Many called him МЯ (Михаил Яковлевич – Mikhail Yakovlevich).
I called him Misha.  I kept a couple letters from him and a couple of recollections of our time together.
 
I never asked about his childhood when I was little, when I had a chance.
When the question popped up in my head, he was long gone.
I asked my father and my uncle.
 
They never asked either, and МЯ never talked to his two sons
about his pre-war childhood in multi-cultured Crimea,
about his grandmother who adored him,
about growing up without a father,
about losing his mother and cousin in the Holocaust, and his uncle in Stalin’s purges.
 
I knew none of it when in April 2015, out of the blue, an email from my uncle popped up.  Attached were the scans of four postcards sent by my great-grandmother shortly before she was killed in the mass-murder of Jewish population in Crimea in 1941.
It was the first time I heard about her. She had a name. She was a piano teacher.
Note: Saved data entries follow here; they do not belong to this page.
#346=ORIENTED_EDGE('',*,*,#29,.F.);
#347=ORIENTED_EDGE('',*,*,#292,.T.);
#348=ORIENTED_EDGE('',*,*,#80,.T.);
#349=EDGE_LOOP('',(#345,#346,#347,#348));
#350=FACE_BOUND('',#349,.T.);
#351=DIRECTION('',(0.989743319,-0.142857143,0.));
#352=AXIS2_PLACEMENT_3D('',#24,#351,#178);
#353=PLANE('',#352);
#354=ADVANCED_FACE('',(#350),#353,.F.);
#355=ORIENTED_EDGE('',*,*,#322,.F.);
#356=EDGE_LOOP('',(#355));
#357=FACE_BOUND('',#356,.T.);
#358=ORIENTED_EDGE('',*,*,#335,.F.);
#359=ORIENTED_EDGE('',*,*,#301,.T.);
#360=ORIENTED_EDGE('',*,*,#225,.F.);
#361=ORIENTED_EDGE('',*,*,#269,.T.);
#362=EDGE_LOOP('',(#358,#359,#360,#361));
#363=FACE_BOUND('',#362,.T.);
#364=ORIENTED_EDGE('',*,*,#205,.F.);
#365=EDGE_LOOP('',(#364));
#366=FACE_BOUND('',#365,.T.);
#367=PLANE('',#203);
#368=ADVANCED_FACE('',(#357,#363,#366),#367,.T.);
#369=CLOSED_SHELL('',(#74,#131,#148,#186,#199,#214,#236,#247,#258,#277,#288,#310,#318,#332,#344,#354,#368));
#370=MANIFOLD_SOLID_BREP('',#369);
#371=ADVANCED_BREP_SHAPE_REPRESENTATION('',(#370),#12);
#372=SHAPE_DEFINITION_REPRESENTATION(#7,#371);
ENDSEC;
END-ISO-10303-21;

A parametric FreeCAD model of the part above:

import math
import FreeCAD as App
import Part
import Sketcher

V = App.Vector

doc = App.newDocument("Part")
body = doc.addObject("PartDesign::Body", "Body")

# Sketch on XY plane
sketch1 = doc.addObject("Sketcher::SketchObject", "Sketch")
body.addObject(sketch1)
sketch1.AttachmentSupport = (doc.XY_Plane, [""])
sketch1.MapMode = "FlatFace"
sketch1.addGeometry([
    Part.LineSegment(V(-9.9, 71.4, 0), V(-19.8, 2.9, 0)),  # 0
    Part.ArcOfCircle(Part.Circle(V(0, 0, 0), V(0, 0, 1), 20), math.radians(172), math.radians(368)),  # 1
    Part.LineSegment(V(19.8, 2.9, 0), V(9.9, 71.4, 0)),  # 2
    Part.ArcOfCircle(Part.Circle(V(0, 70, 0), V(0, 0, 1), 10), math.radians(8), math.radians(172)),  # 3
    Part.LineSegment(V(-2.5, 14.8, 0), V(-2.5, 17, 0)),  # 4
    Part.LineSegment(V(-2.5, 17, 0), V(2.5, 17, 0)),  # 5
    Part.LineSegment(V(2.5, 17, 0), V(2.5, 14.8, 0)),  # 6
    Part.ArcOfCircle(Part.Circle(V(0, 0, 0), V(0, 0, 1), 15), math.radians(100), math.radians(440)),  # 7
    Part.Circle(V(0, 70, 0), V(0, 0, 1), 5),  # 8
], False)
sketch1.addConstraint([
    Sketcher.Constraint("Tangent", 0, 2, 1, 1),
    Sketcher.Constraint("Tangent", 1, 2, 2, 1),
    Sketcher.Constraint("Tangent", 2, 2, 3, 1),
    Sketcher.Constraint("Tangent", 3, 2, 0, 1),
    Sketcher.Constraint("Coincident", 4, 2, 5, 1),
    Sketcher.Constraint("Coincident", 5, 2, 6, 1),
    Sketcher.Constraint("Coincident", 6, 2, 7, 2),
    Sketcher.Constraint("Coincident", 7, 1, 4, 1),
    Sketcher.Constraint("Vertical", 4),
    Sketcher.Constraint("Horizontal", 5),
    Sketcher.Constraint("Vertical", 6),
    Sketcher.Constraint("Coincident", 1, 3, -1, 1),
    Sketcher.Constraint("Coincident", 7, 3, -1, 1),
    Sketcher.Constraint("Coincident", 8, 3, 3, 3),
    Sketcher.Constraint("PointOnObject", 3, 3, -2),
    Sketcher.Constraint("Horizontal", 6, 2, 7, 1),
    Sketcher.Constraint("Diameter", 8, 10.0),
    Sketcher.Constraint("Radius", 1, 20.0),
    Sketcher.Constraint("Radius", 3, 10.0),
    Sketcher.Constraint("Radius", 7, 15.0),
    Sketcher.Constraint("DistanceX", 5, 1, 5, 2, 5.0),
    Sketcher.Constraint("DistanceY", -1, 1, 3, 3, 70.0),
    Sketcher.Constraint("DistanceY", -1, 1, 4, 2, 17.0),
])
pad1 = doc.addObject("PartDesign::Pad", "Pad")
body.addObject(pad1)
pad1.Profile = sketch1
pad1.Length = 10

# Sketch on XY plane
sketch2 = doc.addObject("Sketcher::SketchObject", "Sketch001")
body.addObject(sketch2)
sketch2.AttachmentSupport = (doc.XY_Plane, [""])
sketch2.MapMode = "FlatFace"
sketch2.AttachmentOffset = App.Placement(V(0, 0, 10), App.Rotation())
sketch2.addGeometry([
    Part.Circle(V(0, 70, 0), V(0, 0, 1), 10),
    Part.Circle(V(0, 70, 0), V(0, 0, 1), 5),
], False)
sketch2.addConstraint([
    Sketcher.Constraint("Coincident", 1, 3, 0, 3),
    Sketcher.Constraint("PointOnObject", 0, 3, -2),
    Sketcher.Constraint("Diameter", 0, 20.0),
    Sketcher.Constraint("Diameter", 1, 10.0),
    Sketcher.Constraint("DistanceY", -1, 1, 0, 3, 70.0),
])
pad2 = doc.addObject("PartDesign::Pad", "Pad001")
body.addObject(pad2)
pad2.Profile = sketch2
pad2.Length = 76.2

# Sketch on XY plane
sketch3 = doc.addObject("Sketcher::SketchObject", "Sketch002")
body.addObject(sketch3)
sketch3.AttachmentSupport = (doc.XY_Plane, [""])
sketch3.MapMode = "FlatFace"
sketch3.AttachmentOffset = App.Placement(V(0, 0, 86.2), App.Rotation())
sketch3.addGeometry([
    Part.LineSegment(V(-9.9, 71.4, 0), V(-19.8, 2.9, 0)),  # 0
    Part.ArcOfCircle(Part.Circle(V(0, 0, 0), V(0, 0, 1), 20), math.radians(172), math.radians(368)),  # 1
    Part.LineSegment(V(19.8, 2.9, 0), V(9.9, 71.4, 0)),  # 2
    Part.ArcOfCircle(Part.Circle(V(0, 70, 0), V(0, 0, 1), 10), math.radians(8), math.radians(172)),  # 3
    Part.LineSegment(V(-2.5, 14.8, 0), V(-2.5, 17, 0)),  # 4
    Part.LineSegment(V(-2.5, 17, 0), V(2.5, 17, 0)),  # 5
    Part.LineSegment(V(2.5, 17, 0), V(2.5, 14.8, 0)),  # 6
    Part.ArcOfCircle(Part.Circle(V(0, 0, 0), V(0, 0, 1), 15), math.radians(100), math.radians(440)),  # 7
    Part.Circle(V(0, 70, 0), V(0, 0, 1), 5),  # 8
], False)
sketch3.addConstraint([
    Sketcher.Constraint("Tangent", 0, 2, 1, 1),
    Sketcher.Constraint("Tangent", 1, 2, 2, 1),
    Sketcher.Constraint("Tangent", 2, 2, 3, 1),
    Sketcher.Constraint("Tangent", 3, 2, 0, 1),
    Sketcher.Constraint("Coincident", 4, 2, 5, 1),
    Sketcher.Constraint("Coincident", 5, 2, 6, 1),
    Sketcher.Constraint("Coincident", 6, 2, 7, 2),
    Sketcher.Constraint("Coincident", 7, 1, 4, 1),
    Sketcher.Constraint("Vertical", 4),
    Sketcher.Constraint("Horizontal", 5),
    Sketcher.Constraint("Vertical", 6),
Two days later at a friend’s birthday party in London I met Olesya Zdorovetska, a musician and composer from Southern Ukraine who now lived in Dublin. We talked about families, politics, arts, languages. Crimea had been annexed in 2014. The war was on between Ukraine and Russia. Many sensitive subjects came up.
 
Olesya invited me to visit her in Dublin in September. 
When September came, Olesya suggested I came with her to Lviv, to the annual Book Forum.  I agreed without a slight hesitation. Those postcards were on my mind, even though Lviv and Crimea are 1000 km apart.  I also felt the urge to revisit my childhood places in the Carpathian Mountains, near Lviv. But most importantly, after years of wanderings, I felt like I was getting closer to finding the right doors.
 
With Olesya and alone,
I explored the cobble streets,         
peeped into Lviv courtyards,     
climbed onto the roofs,
wandered in the cemeteries.
 
At the Book Forum Olesya bought a collection of poetry by Debora Vogel, a female writer, art critic and intellectual, who perished in Lviv ghetto in 1942 and remained in obscurity for a long time. We learned that between the two wars Lviv was this inspiring metropolis for modernist thought in philosophy, mathematics, literary theory and arts, as well as a place of social and ethnic conflicts. It was among Lviv intellectuals and artists, during the period of rising chauvinism and anti-semitism, that the idea of an inclusive and open culture was formed. This redemptive and progressive vision was brutally squashed in the Holocaust, and yet not entirely extinguished. Fragments of it survive to be discovered through scavenging, collecting and juxtaposing.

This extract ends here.